El silencio se prolongó otro par de minutos, hasta que volvió a hablar el adivino.
—Arndtstrasse, 27, cuarto —casi recitó.
—La misma dirección que yo tengo, en efecto —gruñó Müller.
—Lamento no poder serle de más ayuda, comisario.
Müller iba a colgar cuando recordó el inicio de la conversación.
—¿Y qué era eso de lo que tenía que enterarme? —quiso saber.
Takacs volvió a reír, pero su risa sonó falsa.
—El señor Hitler se retira. Lo anunciará esta semana en rueda de prensa. Mañana o el viernes.
Müller se quedó sin habla.
—No… No había oído nada —logró articular.
—Pensaba que se había enterado y llamaba para darme las gracias, pero ya veo que lo había sobrevalorado a usted.
—No sabía nada. En todo caso, si es cierto, sepa que lo celebro y que sabré demostrar mi alegría si algún día necesita algo —consiguió rehacerse el comisario.
—¿Puedo pedirle un pequeño anticipo de su gratitud antes de que la noticia se confirme públicamente?
—Por supuesto.
—No me llame. No me busque. Déjeme en paz.
Müller iba a responder algo, pero el adivino ya había colgado.

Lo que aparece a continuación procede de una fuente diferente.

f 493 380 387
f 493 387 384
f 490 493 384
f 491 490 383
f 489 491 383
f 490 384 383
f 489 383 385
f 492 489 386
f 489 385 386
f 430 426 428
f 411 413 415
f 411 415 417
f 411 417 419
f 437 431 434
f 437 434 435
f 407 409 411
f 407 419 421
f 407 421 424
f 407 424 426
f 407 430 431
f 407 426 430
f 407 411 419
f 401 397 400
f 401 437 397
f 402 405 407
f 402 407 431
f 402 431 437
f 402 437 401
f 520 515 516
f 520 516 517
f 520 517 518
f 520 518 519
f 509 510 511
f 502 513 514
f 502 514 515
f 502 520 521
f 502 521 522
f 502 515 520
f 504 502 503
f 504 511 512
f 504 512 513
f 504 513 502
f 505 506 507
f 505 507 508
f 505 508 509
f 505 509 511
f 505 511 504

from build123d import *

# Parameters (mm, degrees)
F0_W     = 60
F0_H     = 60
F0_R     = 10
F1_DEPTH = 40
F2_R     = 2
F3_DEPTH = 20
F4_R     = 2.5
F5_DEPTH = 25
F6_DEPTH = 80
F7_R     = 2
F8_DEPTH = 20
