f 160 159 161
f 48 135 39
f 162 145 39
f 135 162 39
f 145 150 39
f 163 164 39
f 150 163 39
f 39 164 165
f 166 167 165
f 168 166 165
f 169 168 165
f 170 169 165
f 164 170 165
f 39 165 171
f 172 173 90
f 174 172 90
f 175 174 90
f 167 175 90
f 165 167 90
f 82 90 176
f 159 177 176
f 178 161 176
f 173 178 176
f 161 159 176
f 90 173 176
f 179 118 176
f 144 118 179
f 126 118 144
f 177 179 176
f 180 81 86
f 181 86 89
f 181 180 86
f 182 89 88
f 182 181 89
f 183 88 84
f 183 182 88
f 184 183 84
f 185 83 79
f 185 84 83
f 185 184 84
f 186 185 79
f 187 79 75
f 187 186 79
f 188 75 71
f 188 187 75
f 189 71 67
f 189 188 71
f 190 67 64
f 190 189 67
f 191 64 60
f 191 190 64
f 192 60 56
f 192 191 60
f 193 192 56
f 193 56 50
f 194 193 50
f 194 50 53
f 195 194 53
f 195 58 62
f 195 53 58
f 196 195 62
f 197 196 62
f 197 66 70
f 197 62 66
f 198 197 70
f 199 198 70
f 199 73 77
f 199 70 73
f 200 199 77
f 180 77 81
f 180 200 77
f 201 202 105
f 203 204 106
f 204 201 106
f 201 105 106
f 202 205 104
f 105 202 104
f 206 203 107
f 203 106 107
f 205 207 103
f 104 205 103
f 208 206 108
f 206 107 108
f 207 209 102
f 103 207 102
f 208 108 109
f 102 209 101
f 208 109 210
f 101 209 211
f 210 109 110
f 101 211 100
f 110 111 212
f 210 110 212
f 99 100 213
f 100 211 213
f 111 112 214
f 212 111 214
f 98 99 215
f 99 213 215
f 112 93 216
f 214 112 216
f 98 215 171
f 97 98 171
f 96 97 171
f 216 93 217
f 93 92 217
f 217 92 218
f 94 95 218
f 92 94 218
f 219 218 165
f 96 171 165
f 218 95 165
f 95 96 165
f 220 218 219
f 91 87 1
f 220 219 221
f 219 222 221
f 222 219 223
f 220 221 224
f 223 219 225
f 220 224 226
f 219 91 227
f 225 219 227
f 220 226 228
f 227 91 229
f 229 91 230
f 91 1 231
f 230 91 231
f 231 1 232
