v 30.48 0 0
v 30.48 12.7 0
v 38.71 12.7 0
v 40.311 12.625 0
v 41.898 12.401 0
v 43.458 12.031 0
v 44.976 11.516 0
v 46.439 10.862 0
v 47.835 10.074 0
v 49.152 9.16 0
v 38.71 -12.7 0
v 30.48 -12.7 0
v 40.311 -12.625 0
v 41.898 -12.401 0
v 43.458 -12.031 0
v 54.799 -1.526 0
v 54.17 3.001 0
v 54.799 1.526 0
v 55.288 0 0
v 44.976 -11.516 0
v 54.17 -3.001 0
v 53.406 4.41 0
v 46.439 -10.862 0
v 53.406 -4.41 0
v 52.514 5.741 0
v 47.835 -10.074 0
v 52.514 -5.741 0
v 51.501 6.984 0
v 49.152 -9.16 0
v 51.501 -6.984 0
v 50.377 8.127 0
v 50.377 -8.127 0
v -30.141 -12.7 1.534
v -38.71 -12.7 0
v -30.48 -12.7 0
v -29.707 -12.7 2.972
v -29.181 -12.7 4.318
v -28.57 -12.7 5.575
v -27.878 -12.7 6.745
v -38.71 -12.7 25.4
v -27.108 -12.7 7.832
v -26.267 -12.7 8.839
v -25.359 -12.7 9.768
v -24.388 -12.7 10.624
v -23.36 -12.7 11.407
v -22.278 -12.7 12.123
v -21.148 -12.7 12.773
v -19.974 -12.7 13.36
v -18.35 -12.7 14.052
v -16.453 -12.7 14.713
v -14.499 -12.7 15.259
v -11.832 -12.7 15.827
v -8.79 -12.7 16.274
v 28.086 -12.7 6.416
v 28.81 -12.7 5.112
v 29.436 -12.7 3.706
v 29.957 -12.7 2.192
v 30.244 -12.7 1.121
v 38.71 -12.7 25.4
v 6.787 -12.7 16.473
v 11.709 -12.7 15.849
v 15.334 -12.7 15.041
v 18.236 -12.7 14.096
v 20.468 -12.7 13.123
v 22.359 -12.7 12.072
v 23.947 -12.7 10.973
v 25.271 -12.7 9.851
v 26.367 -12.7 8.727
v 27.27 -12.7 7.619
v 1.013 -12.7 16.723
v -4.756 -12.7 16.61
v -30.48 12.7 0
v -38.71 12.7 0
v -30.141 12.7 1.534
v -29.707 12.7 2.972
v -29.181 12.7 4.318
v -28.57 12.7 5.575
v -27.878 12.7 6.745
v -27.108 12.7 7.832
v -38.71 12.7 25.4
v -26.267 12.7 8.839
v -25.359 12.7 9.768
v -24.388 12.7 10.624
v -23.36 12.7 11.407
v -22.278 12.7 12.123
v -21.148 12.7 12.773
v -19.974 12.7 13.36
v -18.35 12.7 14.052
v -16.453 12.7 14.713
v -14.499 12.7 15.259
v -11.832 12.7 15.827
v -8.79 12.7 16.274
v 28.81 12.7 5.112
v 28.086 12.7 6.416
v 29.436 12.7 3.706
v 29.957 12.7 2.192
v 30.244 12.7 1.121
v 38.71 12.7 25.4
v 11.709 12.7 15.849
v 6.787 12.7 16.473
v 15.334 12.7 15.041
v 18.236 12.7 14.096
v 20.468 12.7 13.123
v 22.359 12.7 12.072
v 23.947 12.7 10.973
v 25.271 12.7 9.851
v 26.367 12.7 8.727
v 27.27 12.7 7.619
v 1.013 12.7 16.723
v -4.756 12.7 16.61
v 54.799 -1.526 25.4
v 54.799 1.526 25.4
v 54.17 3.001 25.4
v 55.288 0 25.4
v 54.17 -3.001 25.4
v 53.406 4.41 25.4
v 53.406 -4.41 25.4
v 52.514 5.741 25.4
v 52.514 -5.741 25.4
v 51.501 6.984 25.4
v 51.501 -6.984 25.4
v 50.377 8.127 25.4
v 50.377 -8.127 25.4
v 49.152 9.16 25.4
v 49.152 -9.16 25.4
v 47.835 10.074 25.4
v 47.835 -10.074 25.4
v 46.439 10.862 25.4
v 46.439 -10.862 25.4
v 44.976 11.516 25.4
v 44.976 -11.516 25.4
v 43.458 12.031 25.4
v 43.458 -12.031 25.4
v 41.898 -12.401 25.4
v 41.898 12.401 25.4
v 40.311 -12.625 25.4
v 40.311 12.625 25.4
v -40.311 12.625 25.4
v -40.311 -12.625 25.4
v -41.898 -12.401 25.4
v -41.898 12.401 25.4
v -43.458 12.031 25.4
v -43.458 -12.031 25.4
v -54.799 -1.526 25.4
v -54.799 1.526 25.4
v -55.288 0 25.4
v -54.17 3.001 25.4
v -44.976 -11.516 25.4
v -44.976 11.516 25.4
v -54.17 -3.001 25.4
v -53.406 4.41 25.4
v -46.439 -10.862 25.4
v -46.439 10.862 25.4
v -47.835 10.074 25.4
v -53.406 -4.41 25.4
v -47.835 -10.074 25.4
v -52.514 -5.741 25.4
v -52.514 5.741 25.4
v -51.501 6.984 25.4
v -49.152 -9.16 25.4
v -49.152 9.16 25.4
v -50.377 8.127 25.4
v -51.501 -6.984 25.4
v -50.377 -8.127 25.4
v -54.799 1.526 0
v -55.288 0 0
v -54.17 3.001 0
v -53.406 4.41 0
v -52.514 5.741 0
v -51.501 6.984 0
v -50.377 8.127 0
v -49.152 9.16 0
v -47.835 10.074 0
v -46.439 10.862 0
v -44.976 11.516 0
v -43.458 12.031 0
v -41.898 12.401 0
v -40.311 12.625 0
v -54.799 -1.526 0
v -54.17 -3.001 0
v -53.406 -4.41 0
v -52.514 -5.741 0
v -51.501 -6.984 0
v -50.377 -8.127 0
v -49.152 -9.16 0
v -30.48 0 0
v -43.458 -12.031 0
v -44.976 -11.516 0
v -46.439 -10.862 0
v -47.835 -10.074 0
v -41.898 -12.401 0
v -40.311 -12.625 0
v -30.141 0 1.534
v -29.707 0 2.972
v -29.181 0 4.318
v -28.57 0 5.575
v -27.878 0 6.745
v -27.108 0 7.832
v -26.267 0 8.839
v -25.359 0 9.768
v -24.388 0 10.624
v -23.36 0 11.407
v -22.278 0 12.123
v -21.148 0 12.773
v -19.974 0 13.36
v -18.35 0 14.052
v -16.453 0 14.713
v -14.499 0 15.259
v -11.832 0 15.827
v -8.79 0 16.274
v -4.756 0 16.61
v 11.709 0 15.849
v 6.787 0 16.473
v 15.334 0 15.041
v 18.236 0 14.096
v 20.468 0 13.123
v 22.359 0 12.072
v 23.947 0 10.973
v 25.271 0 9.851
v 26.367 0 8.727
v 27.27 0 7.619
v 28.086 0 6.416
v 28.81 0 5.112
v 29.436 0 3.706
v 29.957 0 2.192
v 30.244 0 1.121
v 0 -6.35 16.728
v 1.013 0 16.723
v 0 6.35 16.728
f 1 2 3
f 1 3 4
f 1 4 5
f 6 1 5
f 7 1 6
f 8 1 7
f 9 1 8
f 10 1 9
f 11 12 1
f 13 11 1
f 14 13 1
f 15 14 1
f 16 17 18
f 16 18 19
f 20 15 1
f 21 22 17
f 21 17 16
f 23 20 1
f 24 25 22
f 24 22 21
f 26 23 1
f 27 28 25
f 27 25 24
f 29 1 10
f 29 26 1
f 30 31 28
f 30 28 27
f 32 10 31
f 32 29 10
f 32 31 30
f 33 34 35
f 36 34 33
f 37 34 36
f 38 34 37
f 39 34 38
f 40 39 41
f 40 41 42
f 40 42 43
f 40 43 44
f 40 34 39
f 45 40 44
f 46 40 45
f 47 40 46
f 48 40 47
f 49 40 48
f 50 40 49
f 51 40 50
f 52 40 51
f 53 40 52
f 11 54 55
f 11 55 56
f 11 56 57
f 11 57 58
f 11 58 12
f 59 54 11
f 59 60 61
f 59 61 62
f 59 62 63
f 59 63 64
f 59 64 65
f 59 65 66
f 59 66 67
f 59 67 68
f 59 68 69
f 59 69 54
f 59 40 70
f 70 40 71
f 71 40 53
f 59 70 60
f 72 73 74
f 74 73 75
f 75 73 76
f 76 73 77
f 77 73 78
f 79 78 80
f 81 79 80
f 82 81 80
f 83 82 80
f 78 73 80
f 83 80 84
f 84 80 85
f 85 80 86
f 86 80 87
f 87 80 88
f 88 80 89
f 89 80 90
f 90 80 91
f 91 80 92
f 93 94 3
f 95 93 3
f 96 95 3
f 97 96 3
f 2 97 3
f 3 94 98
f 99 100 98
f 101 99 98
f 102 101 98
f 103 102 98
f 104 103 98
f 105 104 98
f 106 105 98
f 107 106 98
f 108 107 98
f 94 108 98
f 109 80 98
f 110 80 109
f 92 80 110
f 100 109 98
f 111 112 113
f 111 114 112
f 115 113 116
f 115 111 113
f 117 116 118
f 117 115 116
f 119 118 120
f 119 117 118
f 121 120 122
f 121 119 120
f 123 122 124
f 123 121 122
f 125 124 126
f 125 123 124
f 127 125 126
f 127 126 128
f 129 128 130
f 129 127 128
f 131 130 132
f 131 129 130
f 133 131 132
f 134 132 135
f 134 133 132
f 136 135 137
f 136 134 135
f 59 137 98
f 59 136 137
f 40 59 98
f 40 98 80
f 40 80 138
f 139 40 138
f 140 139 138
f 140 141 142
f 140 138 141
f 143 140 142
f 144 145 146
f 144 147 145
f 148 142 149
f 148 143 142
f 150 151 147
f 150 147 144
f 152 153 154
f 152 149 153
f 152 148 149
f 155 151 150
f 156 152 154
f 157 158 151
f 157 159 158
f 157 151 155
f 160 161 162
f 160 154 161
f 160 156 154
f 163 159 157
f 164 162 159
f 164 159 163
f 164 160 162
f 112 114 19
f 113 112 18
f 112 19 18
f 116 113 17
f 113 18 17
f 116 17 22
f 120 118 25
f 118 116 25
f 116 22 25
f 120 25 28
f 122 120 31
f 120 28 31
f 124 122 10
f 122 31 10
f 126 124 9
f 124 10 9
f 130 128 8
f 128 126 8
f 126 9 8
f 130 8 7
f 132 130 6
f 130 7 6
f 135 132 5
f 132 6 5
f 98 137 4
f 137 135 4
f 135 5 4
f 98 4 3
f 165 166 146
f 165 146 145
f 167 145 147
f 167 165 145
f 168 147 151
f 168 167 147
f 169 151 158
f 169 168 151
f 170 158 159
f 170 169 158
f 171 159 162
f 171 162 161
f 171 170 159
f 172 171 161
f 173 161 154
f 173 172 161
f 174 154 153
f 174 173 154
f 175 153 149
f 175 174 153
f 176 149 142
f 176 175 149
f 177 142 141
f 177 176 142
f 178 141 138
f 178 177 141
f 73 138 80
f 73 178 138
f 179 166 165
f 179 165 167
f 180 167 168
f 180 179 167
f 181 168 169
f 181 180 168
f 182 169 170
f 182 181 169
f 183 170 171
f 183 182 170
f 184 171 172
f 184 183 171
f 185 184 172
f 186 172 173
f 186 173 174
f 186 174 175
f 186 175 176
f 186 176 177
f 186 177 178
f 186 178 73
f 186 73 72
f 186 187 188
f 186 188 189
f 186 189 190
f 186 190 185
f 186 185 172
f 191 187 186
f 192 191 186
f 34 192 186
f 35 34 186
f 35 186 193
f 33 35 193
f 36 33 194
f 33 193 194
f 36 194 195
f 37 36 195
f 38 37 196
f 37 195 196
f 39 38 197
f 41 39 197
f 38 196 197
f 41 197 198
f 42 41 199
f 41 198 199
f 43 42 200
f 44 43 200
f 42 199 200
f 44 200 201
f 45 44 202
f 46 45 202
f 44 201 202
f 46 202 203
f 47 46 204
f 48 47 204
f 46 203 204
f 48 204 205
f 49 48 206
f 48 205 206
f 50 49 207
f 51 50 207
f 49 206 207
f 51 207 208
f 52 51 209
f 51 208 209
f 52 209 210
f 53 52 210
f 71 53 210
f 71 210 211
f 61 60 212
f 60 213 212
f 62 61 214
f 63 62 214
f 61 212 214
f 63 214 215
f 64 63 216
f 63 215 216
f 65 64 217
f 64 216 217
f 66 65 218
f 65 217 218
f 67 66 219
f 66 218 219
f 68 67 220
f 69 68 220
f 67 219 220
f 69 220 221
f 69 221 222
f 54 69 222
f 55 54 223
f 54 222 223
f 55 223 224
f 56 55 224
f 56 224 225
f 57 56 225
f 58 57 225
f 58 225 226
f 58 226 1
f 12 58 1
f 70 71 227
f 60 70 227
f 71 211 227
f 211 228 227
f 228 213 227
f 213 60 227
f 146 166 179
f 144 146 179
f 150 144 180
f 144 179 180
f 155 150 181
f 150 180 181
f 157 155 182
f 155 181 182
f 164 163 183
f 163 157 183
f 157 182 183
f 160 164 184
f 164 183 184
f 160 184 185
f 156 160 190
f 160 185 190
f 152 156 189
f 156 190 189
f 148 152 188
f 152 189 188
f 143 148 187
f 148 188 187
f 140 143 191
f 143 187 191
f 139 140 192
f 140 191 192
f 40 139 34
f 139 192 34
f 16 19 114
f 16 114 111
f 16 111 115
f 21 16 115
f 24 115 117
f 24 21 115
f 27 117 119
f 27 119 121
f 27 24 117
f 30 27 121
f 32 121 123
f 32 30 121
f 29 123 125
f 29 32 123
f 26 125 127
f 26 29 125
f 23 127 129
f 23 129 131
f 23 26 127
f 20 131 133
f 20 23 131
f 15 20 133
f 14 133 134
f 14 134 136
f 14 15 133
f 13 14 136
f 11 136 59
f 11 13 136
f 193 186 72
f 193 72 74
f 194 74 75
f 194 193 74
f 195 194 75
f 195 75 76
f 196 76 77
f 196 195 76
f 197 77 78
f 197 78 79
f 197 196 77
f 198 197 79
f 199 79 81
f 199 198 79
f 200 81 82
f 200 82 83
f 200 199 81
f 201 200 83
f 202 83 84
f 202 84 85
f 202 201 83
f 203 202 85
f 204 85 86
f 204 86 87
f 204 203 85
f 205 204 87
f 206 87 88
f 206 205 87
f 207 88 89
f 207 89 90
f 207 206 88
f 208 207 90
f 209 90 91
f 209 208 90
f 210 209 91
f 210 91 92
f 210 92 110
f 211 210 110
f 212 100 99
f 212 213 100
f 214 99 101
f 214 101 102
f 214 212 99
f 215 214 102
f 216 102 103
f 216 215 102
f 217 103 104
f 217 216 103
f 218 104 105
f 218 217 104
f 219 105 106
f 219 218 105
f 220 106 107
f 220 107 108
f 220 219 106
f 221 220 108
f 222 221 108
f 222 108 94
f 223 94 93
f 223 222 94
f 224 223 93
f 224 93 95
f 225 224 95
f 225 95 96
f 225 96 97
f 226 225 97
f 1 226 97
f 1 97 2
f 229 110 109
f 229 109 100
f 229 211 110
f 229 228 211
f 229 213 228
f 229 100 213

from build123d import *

# Parameters (mm, degrees)
F1_DEPTH    = 12.7
F2_T1_DEPTH = 111.249434278


# Not quite as in the source:
# - a fillet or chamfer that OpenCascade refuses, or shapes differently, is made with other operations: its cross-section is extruded or revolved along the edge and cut away or added


with BuildPart() as f1:
    # F0 (on Front) → F1 (new body, symmetric)
    with BuildSketch(Plane.XZ):
        with BuildLine():
            Line((-55.88, 0), (-30.48, 0))
            add(Edge.make_bspline(
                [(-30.48, 0), (-27.7506317943, 14.9127226323), (-11.670826003, 16.7281851172), (0, 16.7281851172)],
                knots=[0, 0, 0, 0, 34.7687011163, 34.7687011163, 34.7687011163, 34.7687011163], degree=3))
            add(Edge.make_bspline(
                [(30.48, 0), (27.7506317943, 14.9127226323), (11.670826003, 16.7281851172), (0, 16.7281851172)],
                knots=[0, 0, 0, 0, 34.7687011163, 34.7687011163, 34.7687011163, 34.7687011163], degree=3))
            Line((30.48, 0), (55.88, 0))
            Line((55.88, 0), (55.88, 25.4))
            Line((55.88, 25.4), (-55.88, 25.4))
            Line((-55.88, 25.4), (-55.88, 0))
        make_face()
    extrude(amount=F1_DEPTH, both=True)

    # F2: fillet of radius 17.1698868556 on 4 edges, made by hand

    # F2_s2 → F2_t1 (cut)
    with BuildSketch(Plane.XY.offset(-42.924717139)):
        with BuildLine():
            ThreePointArc((55.88, 4.4698868556), (50.8510565722, -7.6710565722), (38.7101131444, -12.7))
            Line((38.7101131444, -12.7), (55.88, -12.7))
            Line((55.88, -12.7), (55.88, 4.4698868556))
        make_face()
        with BuildLine():
            ThreePointArc((55.88, -4.4698868556), (50.8510565722, 7.6710565722), (38.7101131444, 12.7))
            Line((38.7101131444, 12.7), (55.88, 12.7))
            Line((55.88, 12.7), (55.88, -4.4698868556))
        make_face()
        with BuildLine():
            ThreePointArc((-55.88, 4.4698868556), (-50.8510565722, -7.6710565722), (-38.7101131444, -12.7))
            Line((-38.7101131444, -12.7), (-55.88, -12.7))
            Line((-55.88, -12.7), (-55.88, 4.4698868556))
        make_face()
        with BuildLine():
            ThreePointArc((-55.88, -4.4698868556), (-50.8510565722, 7.6710565722), (-38.7101131444, 12.7))
            Line((-38.7101131444, 12.7), (-55.88, 12.7))
            Line((-55.88, 12.7), (-55.88, -4.4698868556))
        make_face()
    extrude(amount=F2_T1_DEPTH, mode=Mode.SUBTRACT)


solid = f1.part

El comisario estaba tan contento con lo que acababa de escuchar que ni siquiera le importó el desplante. Seguramente sería un truco, pero de cara a sus superiores y para su carrera en la policía contaría de todos modos como un gran triunfo. El abandono de Hitler era la mejor prueba de lo que siempre decía: cuando hay público, lo importante es que la paloma salga de la chistera; si hay que cazarla luego para la siguiente función, es lo de menos.
Sin esperar un instante, se levantó de su sillón y salió a dar la buena noticia a toda la comisaría.
—¡Lo conseguimos, muchachos, lo conseguimos!, ¡Hitler se retira! —gritó al grupo de policías que se había reunido para recibir las órdenes del día.
Todos se abrazaron entre sí, y luego dedicaron un cálido aplauso al comisario.
A Müller le supo mejor aquel minuto de gloria con sus hombres que todos los ascensos y todas las medallas que había ganado ese día.